Implications for research and practice

CBI and DASS were found to be reliable, valid tools to measure mental health risk in the midwifery workforce. Measures of burnout and mental health symptoms need to be used sensitively in research and in practice when assessing the well-being of the workforce. Confidentiality of any mental health self-assessment results need to be maintained to reduce stigma and discrimination towards individuals in the workplace. Self-assessment or disclosure of mental health concerns need to be managed positively. Burnout, depression, anxiety and stress symptoms can be acknowledged in the workplace, contributing factors addressed, impact minimised, and effective treatments implemented.

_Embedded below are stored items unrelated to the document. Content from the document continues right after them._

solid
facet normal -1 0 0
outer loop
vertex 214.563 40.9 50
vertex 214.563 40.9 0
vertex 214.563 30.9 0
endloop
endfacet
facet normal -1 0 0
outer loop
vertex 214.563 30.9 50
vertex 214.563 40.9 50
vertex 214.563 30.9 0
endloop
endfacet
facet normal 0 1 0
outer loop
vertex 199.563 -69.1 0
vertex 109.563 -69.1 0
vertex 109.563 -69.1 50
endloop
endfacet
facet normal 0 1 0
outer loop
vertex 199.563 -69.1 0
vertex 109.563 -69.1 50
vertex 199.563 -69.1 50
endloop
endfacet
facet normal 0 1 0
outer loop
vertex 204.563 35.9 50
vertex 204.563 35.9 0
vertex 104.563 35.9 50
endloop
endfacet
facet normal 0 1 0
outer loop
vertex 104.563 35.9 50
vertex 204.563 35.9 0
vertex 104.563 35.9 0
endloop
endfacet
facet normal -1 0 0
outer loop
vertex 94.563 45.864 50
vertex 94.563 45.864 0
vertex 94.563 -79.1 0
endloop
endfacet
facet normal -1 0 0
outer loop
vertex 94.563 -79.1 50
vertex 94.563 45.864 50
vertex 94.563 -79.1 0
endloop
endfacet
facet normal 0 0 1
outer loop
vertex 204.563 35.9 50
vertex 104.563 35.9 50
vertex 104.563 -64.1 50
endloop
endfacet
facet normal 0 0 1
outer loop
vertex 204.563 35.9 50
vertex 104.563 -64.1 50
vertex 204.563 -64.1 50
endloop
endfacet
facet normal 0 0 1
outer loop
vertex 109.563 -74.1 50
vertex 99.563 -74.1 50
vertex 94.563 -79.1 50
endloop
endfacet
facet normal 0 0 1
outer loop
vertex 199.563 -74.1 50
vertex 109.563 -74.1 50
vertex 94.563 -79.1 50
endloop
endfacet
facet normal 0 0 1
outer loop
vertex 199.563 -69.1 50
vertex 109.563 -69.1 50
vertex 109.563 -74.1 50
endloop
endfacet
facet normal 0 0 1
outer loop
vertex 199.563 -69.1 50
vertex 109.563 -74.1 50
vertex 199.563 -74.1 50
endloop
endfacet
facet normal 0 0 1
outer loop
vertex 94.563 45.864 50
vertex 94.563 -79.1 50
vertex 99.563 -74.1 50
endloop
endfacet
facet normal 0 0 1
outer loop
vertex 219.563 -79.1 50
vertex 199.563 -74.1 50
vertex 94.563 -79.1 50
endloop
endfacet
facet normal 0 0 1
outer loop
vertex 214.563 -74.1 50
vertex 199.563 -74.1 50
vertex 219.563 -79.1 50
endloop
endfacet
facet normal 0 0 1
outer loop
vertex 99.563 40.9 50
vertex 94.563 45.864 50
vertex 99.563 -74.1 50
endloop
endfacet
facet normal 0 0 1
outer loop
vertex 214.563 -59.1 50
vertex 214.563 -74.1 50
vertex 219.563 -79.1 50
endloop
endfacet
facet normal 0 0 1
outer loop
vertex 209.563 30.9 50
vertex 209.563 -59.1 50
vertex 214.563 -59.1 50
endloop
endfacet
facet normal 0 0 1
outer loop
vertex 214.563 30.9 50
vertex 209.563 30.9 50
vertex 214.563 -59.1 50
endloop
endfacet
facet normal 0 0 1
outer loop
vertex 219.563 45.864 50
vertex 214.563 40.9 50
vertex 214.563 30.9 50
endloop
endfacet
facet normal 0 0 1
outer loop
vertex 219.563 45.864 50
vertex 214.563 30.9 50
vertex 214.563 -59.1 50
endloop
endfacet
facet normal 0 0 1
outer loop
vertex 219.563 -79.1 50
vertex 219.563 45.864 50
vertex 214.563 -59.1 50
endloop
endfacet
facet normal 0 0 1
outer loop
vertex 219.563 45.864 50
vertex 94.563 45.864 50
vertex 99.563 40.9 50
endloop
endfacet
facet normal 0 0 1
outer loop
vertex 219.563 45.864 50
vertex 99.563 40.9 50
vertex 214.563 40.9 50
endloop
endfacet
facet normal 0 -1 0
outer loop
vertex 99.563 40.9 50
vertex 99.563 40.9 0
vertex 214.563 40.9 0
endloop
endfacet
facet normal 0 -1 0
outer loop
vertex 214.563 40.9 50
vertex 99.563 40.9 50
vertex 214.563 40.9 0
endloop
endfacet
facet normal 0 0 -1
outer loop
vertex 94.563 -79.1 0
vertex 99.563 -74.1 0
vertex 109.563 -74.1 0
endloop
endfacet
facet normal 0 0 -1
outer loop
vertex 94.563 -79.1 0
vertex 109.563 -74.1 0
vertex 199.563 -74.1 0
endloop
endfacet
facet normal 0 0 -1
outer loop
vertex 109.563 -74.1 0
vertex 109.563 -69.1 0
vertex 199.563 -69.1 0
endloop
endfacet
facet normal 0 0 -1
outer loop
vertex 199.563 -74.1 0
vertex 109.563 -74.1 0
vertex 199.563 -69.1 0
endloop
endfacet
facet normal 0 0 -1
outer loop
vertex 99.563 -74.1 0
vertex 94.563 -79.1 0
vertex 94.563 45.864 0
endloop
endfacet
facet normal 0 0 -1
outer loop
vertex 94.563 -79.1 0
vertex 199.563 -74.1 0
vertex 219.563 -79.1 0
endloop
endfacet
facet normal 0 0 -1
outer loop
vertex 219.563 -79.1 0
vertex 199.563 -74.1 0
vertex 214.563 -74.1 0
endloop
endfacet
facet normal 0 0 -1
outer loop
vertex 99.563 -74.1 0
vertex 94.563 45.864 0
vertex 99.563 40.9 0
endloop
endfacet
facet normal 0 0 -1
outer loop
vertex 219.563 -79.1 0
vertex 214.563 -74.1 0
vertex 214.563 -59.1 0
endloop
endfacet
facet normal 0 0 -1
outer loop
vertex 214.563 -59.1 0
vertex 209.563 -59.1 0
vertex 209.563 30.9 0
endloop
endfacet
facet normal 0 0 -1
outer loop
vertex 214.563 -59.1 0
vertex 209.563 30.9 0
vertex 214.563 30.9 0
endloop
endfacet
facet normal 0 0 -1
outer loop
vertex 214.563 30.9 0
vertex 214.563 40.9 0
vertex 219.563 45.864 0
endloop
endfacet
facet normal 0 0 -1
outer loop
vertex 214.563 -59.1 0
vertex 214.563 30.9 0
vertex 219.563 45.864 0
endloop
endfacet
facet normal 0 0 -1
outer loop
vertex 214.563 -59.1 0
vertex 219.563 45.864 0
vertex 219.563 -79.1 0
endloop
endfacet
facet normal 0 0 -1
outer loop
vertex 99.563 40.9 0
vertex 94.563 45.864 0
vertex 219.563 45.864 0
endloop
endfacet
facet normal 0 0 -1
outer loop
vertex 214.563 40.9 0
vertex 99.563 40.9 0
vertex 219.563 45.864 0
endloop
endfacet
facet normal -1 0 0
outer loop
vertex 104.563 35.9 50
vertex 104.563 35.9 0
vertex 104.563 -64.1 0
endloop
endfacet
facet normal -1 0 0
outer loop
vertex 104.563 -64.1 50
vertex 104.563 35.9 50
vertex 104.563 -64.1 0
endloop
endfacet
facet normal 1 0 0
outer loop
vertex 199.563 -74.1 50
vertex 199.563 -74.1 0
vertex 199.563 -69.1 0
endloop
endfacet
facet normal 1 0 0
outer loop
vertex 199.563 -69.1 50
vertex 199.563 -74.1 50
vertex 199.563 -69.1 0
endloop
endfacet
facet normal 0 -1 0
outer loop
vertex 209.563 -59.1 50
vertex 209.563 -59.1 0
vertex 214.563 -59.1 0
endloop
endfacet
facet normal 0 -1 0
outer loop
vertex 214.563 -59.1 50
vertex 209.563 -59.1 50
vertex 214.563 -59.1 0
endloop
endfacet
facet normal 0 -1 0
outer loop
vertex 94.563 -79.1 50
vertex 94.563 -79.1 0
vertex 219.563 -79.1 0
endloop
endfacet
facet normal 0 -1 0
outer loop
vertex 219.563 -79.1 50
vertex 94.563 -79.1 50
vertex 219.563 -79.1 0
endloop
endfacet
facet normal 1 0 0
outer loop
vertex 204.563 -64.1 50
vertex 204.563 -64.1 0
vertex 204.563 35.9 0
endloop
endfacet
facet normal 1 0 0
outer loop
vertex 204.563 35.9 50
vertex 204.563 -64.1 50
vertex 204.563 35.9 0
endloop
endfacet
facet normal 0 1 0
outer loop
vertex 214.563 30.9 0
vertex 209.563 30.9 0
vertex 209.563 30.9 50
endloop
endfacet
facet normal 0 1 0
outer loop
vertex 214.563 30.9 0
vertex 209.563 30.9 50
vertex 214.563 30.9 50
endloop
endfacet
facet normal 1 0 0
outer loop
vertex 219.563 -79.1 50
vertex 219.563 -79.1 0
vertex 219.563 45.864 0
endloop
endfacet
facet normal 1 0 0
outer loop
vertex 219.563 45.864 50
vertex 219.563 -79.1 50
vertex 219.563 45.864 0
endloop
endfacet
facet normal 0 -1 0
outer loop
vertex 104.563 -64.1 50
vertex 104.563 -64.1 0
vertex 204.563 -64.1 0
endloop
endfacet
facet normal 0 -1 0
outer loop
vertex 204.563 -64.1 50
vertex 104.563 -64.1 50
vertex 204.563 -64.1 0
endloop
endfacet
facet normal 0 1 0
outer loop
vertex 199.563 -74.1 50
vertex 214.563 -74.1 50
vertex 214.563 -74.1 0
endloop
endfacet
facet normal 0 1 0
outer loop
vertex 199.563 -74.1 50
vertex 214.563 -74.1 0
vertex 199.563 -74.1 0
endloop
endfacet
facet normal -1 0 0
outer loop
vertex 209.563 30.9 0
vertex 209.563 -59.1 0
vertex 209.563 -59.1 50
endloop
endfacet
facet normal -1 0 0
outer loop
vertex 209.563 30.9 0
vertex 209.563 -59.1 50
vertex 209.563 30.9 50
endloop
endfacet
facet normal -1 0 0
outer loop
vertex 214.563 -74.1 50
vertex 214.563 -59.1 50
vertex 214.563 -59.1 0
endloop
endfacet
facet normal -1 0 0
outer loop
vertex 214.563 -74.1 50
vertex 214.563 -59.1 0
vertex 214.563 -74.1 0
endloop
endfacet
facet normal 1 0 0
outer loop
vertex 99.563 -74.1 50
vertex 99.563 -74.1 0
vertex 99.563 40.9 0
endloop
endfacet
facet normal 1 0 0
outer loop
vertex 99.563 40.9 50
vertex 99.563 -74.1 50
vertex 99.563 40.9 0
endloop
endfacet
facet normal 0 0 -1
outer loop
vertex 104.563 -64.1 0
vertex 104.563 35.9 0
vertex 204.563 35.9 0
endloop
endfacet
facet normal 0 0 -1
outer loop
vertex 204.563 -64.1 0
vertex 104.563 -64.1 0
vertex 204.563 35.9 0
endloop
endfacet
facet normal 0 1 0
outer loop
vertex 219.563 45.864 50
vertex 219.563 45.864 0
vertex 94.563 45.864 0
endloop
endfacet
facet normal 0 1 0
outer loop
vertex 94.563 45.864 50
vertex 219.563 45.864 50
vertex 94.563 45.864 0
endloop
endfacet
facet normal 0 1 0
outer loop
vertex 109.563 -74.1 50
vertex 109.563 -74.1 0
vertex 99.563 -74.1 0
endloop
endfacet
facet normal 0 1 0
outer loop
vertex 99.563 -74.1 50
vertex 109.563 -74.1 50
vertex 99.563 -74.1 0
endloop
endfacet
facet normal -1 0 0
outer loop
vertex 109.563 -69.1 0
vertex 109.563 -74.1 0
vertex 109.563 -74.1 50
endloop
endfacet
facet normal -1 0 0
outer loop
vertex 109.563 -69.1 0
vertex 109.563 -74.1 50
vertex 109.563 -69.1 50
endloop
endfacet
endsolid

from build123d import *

# Parameters (mm, degrees)
F2_DEPTH = 50
F1_W     = 90
F1_H     = 5
F1_W_2   = 5
F1_H_2   = 90
F3_DEPTH = 50


with BuildPart() as f2:
    # F0 (on Top) → F2 (new body)
    with BuildSketch(Plane.XY):
        Polygon((204.563049, -64.100122), (104.563049, 35.899878), (104.563049, -64.100122), align=None)
        Polygon((204.563049, 35.899878), (104.563049, 35.899878), (204.563049, -64.100122), align=None)
    extrude(amount=F2_DEPTH)


with BuildPart() as f3:
    # F1 (on Top) → F3 (new body)
    with BuildSketch(Plane.XY):
        Polygon((94.563049, -79.100122), (99.563049, -79.100122), (219.563049, -79.100122), (219.563049, 40.899878), (219.563049, 45.863766), (99.563049, 45.863766), (94.563049, 45.863766), (94.563049, 40.899878), align=None)
        Polygon((99.563049, -74.100122), (99.563049, 40.899878), (214.563049, 40.899878), (214.563049, 30.899878), (214.563049, -59.100122), (214.563049, -74.100122), (199.563049, -74.100122), (109.563049, -74.100122), align=None, mode=Mode.SUBTRACT)
        with Locations((154.563049, -71.600122)):
            Rectangle(F1_W, F1_H)
        with Locations((212.063049, -14.100122)):
            Rectangle(F1_W_2, F1_H_2)
    extrude(amount=F3_DEPTH)


solid = Compound([f2.part, f3.part])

Emotional well-being of the midwifery workforce has considerable implications for safe maternity care, staff retention and maternal satisfaction. If midwives suffer emotional exhaustion, they are likely to be emotionally withdrawn and communicate poorly with women, their families and colleagues; distance themselves from women in their care; and perform poorly in the workplace [40]. Interventions to minimize burnout and promote well-being and resilience are gaining greater attention. The mindfulness intervention by Foureur et al. [38] found improvements in participants’ general health, sense of coherence and lowered stress but not depression. It could be that exercise and lifestyle interventions may be more efficacious than psychological intervention programs for addressing depression and burnout.

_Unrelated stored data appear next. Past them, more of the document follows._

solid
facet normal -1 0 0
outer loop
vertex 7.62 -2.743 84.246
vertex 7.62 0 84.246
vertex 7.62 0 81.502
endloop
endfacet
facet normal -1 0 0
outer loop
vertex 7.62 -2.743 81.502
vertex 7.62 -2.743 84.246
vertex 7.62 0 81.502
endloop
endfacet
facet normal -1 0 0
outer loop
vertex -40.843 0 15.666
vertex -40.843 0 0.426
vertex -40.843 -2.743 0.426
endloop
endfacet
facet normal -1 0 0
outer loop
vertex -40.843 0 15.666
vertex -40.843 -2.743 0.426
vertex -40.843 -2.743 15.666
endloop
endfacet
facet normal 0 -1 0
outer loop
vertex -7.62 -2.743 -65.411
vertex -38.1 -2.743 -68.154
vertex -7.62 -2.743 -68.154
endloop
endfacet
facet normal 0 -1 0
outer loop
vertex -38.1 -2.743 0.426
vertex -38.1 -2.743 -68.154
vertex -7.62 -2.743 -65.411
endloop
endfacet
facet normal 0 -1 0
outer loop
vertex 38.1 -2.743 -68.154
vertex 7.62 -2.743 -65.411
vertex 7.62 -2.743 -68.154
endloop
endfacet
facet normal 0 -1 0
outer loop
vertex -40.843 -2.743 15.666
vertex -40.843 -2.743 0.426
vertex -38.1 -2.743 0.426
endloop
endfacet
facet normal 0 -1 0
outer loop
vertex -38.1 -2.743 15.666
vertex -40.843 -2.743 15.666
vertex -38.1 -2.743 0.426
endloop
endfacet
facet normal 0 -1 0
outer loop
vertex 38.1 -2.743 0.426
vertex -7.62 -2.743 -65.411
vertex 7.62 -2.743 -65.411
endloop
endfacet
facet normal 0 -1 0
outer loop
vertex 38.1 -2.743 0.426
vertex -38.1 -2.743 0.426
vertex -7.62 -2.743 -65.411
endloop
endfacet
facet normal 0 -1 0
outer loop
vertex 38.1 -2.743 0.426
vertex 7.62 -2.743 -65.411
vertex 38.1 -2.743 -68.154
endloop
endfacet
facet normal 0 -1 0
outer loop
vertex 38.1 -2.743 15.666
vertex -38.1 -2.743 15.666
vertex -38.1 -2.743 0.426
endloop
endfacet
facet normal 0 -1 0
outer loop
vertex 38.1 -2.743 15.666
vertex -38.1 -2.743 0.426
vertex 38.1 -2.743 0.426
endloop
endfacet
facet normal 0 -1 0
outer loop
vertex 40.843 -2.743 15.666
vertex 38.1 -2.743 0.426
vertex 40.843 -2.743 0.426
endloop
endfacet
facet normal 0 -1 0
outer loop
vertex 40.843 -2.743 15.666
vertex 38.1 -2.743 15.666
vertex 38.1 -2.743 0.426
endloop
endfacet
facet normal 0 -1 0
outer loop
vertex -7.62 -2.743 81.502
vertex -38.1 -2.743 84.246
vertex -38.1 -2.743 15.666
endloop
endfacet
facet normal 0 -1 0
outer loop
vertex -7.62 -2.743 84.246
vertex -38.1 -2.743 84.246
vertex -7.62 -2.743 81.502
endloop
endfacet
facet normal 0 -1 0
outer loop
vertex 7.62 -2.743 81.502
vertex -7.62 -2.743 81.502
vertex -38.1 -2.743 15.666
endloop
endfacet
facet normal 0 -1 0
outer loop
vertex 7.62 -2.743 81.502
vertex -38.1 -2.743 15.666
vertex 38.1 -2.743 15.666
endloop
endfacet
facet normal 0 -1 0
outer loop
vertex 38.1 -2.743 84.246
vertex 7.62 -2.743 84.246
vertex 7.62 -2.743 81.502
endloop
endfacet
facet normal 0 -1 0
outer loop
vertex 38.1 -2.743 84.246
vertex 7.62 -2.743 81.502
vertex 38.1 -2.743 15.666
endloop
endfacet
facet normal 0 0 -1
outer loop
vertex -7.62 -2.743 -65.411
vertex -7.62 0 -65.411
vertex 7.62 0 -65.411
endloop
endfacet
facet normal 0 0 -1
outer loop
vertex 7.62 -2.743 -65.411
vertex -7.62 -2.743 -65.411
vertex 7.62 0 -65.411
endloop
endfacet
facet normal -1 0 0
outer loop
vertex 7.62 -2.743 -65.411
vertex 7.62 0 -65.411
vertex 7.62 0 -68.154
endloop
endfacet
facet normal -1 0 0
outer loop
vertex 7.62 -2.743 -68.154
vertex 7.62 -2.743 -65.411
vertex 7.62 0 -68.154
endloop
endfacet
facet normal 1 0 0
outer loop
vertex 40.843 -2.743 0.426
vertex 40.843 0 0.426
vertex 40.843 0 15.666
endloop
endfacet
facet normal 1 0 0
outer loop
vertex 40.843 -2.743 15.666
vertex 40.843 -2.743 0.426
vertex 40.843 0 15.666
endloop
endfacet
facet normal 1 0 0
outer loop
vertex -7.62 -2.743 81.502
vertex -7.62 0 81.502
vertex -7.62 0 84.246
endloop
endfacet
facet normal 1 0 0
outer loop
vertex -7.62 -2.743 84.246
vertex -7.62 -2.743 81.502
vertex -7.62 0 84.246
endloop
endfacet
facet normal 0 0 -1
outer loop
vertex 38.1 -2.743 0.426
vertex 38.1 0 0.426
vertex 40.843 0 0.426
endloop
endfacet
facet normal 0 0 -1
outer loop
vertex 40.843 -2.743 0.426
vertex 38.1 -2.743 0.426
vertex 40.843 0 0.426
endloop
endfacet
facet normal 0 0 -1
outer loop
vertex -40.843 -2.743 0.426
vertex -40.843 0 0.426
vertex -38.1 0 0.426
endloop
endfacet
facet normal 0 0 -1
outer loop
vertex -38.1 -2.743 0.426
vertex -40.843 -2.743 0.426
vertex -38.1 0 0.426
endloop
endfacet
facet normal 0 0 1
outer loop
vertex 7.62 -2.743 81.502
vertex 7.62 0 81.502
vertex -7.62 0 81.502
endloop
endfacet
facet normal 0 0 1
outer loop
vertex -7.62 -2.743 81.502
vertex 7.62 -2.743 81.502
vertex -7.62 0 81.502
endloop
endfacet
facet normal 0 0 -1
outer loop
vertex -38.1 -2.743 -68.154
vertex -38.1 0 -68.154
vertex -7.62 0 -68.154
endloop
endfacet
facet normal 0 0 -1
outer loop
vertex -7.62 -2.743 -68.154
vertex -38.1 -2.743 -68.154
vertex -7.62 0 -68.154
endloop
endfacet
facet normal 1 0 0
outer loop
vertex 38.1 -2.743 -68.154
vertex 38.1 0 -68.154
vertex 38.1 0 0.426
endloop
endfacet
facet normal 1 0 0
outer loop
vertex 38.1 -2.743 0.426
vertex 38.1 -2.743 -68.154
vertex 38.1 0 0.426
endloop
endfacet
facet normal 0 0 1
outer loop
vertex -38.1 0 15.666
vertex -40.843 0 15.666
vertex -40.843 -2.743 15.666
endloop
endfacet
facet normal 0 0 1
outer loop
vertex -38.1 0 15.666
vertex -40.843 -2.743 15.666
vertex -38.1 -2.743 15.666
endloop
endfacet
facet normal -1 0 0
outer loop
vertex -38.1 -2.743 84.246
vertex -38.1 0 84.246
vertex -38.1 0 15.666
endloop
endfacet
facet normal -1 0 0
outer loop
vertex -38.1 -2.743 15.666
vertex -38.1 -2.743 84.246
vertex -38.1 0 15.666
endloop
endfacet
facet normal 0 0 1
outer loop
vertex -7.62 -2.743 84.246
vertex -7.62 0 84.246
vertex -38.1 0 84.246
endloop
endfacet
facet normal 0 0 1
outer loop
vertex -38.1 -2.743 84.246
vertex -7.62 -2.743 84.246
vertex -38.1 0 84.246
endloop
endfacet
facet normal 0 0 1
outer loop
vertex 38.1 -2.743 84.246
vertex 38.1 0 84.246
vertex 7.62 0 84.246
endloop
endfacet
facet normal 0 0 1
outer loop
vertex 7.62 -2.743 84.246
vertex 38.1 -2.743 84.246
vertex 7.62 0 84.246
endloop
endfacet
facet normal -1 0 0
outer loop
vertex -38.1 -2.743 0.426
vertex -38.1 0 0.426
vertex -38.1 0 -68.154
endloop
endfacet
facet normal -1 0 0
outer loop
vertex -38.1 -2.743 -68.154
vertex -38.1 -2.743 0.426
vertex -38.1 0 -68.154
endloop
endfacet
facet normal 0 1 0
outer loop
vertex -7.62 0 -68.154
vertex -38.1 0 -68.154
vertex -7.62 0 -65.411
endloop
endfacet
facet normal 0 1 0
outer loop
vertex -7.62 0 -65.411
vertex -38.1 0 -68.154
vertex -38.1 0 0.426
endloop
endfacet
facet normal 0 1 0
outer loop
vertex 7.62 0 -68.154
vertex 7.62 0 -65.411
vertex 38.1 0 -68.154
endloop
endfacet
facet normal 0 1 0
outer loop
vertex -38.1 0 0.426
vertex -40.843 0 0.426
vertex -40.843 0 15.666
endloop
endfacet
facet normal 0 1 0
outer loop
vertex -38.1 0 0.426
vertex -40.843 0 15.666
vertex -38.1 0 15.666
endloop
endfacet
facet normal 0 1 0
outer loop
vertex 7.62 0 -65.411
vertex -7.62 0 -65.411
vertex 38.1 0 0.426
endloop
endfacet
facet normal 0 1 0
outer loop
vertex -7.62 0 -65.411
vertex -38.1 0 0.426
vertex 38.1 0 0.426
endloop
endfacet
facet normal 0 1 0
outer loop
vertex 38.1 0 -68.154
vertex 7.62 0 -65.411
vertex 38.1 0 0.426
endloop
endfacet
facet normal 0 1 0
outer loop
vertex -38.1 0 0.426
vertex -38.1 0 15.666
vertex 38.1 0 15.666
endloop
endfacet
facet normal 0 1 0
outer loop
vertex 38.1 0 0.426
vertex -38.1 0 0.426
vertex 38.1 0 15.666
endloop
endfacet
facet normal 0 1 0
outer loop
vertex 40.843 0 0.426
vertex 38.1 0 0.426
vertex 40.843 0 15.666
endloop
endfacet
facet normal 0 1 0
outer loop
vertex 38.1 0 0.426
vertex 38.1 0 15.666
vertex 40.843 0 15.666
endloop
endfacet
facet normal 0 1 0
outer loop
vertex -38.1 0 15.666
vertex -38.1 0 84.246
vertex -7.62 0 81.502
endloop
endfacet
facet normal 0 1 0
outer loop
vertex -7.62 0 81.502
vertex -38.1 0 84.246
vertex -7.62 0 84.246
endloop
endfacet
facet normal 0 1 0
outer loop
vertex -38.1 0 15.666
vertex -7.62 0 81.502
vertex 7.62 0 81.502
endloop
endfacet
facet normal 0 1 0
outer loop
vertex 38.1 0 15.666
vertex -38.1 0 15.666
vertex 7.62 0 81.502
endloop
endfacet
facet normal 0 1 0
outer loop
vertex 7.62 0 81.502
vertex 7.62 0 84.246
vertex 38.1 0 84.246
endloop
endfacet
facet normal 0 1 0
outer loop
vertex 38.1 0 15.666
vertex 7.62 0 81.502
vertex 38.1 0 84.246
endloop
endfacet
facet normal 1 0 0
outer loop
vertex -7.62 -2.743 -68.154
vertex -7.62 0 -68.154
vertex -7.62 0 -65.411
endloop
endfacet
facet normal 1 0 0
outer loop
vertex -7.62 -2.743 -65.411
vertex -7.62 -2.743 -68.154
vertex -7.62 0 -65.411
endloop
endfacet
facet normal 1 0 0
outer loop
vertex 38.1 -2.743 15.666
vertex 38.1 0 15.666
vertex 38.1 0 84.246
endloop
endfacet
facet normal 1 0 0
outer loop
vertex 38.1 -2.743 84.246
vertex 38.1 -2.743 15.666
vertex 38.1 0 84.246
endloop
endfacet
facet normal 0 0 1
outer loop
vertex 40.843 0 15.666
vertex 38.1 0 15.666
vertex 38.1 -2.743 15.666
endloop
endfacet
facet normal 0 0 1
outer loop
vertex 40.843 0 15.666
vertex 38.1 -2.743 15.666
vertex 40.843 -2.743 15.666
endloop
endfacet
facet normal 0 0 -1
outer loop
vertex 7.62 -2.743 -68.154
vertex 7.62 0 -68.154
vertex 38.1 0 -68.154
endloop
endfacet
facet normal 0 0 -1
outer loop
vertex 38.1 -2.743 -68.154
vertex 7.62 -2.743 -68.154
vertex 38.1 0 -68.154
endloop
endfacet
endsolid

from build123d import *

# Parameters (mm, degrees)
F0_W     = 2.7432
F0_H     = 15.24
F1_DEPTH = 2.7432


with BuildPart() as f1:
    # F0 (on Front) → F1 (new body)
    with BuildSketch(Plane.XZ):
        Polygon((-7.62, 84.245604), (-38.1, 84.245604), (-38.1, 15.665604), (-38.1, 0.425604), (-38.1, -68.154396), (-7.62, -68.154396), (-7.62, -65.411196), (7.62, -65.411196), (7.62, -68.154396), (38.1, -68.154396), (38.1, 0.425604), (38.1, 15.665604), (38.1, 84.245604), (7.62, 84.245604), (7.62, 81.502404), (-7.62, 81.502404), align=None)
        with Locations((-39.4716, 8.045604)):
            Rectangle(F0_W, F0_H)
        with Locations((39.4716, 8.045604)):
            Rectangle(F0_W, F0_H)
    extrude(amount=F1_DEPTH)


solid = f1.part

Midwives experiencing excessive stress and early-to-moderate burnout may benefit from a combination of approaches, including exercise, one-on-one coaching, reflective clinical supervision, coping skills/strategies, addressing what can be modified in the workplace environment, and strategies emphasizing work-life balance [41]. Midwives experiencing severe burnout may require, in addition, a temporary leave of absence, psychiatric evaluation and treatment for major depression and other comorbid diagnoses, as well as a supportive return-to-work program that fosters autonomy, team work, and work satisfaction. There is also evidence by other researchers that enabling midwives to work in caseload models contributes to better emotional wellbeing [14] and feelings of professional safety [10, 39] suggesting this model should be more widely adopted.

Conclusions

Prevalence of moderate to severe personal and work-related burnout, depression, anxiety and stress in Australian midwives was high. Responses on the CBI were strong predictors of mental health distress in midwives. Exploring levels of burnout, depression, anxiety and stress within the midwifery population is important to better understand and address the development of responses to the stressful nature of their work and workplace demands.